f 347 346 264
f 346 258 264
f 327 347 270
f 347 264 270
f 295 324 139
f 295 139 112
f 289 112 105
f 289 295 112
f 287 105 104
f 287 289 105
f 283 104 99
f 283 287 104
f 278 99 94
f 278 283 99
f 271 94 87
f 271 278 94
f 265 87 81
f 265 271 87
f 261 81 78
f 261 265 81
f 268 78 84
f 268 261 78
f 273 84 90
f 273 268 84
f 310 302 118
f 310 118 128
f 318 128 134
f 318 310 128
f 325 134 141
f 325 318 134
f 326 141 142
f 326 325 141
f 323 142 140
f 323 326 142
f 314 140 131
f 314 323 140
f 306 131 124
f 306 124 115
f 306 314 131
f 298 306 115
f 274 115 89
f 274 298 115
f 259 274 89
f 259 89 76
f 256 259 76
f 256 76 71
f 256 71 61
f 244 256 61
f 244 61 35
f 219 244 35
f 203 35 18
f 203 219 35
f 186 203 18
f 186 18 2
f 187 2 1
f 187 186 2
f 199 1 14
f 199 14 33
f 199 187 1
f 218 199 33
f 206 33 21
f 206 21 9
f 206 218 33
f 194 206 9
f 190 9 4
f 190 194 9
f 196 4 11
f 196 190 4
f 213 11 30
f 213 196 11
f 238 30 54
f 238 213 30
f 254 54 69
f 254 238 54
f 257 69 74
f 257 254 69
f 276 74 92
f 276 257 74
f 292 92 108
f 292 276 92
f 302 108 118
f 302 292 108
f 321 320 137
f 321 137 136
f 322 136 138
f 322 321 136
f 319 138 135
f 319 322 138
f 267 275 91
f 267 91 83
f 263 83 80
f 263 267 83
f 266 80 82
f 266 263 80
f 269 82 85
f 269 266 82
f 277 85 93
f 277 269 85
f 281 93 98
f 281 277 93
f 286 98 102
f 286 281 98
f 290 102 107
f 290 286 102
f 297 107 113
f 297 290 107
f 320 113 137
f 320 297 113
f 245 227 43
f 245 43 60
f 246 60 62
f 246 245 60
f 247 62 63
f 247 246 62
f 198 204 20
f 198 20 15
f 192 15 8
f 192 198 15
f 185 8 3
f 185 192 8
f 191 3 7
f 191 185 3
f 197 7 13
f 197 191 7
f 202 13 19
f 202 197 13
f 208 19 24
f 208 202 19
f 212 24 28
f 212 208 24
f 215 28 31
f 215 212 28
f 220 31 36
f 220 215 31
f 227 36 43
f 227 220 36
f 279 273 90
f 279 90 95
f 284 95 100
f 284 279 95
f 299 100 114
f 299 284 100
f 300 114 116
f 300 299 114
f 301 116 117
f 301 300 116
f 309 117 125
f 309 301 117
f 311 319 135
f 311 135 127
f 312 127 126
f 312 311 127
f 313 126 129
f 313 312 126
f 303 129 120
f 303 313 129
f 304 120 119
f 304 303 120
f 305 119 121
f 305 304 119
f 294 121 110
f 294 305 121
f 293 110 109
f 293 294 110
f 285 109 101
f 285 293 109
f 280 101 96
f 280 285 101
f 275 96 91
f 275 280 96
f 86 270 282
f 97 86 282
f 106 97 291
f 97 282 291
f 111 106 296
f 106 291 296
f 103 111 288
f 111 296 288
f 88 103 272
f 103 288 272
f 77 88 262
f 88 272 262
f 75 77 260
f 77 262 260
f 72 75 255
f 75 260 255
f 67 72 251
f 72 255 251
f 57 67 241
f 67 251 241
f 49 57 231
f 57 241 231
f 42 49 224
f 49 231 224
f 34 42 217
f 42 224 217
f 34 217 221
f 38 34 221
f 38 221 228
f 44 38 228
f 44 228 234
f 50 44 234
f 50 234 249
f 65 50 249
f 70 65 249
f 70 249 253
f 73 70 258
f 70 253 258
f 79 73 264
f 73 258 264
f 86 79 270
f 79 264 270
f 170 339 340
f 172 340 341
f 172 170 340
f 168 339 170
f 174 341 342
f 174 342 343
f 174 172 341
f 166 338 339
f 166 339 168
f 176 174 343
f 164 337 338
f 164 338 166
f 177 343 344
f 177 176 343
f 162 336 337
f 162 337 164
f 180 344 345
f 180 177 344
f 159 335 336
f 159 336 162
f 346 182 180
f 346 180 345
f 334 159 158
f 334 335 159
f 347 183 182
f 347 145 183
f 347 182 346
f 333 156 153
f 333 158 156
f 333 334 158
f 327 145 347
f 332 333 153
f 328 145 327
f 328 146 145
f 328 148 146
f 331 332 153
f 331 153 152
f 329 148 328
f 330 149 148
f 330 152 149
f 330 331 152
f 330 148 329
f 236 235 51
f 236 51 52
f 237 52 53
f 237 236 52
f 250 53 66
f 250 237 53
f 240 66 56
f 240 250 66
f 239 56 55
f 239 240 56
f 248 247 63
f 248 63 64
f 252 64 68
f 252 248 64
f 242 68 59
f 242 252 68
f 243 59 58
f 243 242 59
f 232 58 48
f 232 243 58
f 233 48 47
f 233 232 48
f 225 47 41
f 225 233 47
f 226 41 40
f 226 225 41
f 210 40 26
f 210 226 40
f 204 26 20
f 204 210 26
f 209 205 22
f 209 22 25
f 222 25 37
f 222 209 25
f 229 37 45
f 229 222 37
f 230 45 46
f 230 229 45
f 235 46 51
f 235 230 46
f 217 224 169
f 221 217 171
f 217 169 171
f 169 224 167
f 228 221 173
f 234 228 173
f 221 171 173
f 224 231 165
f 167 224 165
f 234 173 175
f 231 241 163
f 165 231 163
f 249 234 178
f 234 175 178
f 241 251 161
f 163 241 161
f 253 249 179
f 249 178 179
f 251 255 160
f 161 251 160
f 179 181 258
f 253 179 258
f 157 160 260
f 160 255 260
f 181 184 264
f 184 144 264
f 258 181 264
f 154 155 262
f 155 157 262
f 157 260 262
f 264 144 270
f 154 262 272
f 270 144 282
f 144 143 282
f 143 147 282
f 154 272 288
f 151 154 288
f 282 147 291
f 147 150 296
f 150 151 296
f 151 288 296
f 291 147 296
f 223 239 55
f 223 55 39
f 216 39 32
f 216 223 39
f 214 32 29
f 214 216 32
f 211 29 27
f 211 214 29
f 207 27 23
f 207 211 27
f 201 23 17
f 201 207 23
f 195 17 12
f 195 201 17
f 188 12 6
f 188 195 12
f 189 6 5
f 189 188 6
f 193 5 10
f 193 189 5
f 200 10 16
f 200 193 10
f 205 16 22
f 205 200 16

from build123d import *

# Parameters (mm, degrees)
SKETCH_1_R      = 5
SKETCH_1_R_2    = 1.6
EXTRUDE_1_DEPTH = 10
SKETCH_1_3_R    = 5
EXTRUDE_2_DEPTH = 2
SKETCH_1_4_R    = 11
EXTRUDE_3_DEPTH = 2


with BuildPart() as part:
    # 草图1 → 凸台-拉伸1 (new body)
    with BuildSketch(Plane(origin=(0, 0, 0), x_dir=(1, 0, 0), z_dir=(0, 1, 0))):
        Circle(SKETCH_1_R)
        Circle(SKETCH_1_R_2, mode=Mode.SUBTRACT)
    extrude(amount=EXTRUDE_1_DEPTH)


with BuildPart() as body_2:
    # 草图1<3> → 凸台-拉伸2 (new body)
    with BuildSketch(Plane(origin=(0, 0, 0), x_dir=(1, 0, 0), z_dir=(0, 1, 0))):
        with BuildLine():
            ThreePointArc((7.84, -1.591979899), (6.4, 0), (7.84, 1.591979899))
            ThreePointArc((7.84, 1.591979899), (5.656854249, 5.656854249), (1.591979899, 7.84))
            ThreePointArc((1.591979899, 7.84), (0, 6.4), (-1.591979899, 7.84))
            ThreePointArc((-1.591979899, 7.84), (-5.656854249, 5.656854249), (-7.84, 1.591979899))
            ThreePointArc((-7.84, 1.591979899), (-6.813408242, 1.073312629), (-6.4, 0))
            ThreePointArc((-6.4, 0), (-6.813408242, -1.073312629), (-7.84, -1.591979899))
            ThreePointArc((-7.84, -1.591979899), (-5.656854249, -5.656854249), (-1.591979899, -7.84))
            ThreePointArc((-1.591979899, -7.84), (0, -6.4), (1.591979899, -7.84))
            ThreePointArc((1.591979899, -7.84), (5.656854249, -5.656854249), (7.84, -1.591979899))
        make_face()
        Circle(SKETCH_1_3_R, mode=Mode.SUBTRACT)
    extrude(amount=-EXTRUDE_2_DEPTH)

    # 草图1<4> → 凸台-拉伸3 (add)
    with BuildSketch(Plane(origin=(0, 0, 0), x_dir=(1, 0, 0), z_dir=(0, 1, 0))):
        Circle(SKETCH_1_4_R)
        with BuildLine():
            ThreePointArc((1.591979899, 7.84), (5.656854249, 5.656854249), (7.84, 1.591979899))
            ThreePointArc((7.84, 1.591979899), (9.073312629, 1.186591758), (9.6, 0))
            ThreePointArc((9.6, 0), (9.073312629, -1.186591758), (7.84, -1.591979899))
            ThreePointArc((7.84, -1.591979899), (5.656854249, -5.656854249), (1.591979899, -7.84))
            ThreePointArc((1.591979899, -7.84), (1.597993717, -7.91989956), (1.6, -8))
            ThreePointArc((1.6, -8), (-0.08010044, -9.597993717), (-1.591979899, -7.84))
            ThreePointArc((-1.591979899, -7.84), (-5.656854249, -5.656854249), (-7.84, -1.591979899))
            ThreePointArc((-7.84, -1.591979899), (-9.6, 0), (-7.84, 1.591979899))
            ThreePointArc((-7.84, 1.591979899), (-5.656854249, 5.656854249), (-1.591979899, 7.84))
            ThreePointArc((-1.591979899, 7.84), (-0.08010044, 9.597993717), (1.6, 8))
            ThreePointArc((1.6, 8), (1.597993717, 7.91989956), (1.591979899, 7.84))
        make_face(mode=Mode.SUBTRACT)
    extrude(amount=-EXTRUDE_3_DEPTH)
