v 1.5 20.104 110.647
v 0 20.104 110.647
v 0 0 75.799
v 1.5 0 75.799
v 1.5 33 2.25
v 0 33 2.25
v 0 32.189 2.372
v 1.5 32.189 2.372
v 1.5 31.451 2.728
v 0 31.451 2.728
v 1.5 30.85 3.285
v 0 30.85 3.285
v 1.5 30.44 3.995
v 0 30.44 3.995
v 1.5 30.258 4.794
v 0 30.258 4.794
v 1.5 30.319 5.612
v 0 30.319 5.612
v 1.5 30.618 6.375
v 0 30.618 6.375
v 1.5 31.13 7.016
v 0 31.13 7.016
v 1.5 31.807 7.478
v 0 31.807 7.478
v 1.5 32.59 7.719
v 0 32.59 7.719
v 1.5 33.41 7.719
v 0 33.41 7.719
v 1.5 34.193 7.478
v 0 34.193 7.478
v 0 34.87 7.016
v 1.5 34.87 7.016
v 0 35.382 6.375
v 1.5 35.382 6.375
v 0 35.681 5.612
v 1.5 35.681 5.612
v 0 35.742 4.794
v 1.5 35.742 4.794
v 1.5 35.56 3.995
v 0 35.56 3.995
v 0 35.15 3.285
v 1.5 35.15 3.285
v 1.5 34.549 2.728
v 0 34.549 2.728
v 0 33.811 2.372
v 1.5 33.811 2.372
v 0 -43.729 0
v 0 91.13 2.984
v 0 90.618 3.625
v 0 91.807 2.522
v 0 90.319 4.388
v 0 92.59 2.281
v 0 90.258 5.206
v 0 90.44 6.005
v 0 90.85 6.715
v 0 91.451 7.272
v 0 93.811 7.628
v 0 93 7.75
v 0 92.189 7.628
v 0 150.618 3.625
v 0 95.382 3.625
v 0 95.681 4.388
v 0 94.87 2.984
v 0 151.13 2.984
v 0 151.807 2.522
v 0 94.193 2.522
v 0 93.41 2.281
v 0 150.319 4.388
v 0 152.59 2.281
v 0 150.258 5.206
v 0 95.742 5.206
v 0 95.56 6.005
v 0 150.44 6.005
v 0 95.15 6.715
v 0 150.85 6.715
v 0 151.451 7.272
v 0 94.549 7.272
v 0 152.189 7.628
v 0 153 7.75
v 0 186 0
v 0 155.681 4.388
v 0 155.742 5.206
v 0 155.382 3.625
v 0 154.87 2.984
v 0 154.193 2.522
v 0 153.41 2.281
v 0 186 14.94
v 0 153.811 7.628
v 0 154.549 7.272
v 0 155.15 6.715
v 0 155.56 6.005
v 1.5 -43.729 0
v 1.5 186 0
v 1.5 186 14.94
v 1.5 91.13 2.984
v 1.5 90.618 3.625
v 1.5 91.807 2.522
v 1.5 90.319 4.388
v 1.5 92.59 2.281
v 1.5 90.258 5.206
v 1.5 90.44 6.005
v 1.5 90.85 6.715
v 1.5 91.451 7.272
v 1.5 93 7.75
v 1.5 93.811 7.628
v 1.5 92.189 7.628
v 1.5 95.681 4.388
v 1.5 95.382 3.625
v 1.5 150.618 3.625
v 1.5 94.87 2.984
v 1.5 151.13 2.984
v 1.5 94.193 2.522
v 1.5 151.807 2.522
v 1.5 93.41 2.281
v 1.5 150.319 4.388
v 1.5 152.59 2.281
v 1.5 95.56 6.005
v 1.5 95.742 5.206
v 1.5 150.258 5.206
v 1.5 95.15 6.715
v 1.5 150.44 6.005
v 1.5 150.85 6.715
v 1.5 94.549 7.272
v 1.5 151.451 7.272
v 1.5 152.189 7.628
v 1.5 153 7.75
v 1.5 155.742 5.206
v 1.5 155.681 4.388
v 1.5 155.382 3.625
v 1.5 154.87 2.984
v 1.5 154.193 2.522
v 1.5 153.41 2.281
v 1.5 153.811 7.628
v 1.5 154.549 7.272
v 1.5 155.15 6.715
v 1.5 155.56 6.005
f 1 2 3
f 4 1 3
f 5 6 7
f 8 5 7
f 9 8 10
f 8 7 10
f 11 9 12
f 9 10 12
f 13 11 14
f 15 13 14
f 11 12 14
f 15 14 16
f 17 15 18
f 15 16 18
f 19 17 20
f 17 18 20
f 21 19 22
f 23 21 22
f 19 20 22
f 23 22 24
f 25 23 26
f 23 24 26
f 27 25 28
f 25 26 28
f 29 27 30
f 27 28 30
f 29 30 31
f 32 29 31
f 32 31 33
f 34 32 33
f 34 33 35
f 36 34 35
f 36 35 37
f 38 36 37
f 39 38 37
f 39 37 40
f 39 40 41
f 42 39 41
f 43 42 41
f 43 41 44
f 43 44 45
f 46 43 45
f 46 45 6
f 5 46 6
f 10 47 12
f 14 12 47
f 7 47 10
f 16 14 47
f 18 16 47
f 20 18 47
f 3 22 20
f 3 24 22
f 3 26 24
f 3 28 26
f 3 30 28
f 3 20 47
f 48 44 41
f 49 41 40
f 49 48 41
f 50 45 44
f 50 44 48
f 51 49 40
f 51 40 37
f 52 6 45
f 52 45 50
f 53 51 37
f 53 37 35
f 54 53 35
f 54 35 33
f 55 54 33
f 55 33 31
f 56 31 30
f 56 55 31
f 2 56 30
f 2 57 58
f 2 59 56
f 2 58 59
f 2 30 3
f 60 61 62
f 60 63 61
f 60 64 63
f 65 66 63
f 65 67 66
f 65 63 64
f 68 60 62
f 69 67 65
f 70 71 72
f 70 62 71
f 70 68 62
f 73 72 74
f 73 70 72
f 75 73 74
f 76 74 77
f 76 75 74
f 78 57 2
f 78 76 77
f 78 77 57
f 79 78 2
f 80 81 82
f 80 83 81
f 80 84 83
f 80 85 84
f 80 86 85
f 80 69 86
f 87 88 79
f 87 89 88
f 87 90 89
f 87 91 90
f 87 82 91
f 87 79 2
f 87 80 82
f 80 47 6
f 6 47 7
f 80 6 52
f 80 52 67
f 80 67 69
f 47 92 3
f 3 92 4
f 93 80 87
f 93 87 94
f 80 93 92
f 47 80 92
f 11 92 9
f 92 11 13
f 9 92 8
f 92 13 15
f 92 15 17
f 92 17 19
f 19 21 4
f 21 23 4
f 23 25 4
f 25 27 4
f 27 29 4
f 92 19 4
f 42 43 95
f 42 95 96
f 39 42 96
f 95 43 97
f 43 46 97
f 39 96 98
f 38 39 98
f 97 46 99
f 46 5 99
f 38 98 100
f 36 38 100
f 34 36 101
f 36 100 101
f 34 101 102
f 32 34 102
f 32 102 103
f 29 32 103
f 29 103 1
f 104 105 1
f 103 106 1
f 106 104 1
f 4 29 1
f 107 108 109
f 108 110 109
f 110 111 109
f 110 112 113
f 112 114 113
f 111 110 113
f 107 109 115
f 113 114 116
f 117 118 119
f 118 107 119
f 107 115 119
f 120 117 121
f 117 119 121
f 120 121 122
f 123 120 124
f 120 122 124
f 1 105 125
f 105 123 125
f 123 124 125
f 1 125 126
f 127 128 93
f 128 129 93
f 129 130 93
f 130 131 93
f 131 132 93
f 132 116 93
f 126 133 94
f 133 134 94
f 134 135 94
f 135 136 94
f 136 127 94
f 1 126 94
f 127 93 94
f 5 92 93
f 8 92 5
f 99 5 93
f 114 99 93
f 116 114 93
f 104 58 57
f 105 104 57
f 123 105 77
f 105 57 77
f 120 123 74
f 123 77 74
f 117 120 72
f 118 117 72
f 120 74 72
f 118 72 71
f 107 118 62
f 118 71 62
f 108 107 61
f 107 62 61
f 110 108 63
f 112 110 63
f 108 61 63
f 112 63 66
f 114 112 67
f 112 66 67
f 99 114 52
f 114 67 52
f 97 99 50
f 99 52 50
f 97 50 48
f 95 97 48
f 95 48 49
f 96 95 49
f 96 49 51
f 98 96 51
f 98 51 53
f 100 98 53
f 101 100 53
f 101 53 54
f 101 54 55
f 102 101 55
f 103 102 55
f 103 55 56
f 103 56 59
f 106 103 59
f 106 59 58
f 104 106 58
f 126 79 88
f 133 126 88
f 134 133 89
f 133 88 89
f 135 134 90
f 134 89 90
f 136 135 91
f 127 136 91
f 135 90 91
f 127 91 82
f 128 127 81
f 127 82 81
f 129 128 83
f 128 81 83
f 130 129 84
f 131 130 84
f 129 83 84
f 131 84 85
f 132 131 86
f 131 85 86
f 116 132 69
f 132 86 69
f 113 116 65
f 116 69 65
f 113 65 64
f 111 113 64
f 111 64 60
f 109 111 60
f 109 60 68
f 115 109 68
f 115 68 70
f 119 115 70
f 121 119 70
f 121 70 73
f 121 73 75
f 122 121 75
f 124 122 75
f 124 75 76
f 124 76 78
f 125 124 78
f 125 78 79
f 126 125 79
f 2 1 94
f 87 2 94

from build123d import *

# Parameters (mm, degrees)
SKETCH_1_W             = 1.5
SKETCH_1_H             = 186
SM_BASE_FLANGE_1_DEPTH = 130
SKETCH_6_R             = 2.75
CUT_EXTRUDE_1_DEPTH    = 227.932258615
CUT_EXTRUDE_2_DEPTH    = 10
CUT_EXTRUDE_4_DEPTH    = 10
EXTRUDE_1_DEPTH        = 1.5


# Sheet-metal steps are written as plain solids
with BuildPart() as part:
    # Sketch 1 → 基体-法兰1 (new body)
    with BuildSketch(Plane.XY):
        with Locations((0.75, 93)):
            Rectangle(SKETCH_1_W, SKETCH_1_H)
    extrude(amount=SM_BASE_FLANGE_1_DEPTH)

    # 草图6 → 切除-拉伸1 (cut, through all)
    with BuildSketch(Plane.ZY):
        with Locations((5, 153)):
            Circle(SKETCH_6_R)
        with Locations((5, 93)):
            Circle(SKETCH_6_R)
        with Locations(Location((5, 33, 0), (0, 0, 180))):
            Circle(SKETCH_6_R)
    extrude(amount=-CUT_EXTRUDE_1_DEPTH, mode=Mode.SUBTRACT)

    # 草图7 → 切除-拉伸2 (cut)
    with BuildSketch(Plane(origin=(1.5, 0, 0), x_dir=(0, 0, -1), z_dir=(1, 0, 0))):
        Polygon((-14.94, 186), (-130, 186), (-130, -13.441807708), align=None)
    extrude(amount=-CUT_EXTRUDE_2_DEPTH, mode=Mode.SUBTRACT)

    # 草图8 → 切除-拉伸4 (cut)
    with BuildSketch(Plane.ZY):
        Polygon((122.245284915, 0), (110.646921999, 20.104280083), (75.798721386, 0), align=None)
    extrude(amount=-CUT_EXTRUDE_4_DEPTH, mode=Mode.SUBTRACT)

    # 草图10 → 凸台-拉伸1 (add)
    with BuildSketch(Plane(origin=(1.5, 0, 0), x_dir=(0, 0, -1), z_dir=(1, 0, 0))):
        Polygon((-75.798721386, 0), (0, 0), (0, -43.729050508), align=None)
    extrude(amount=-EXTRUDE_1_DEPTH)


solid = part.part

══════════════════════════════

Your output should be an exact copy of the lines from the top of the listing above to the line with "f 318 310 128", both ends included.

- **Result**:
f 347 346 264
f 346 258 264
f 327 347 270
f 347 264 270
f 295 324 139
f 295 139 112
f 289 112 105
f 289 295 112
f 287 105 104
f 287 289 105
f 283 104 99
f 283 287 104
f 278 99 94
f 278 283 99
f 271 94 87
f 271 278 94
f 265 87 81
f 265 271 87
f 261 81 78
f 261 265 81
f 268 78 84
f 268 261 78
f 273 84 90
f 273 268 84
f 310 302 118
f 310 118 128
f 318 128 134
f 318 310 128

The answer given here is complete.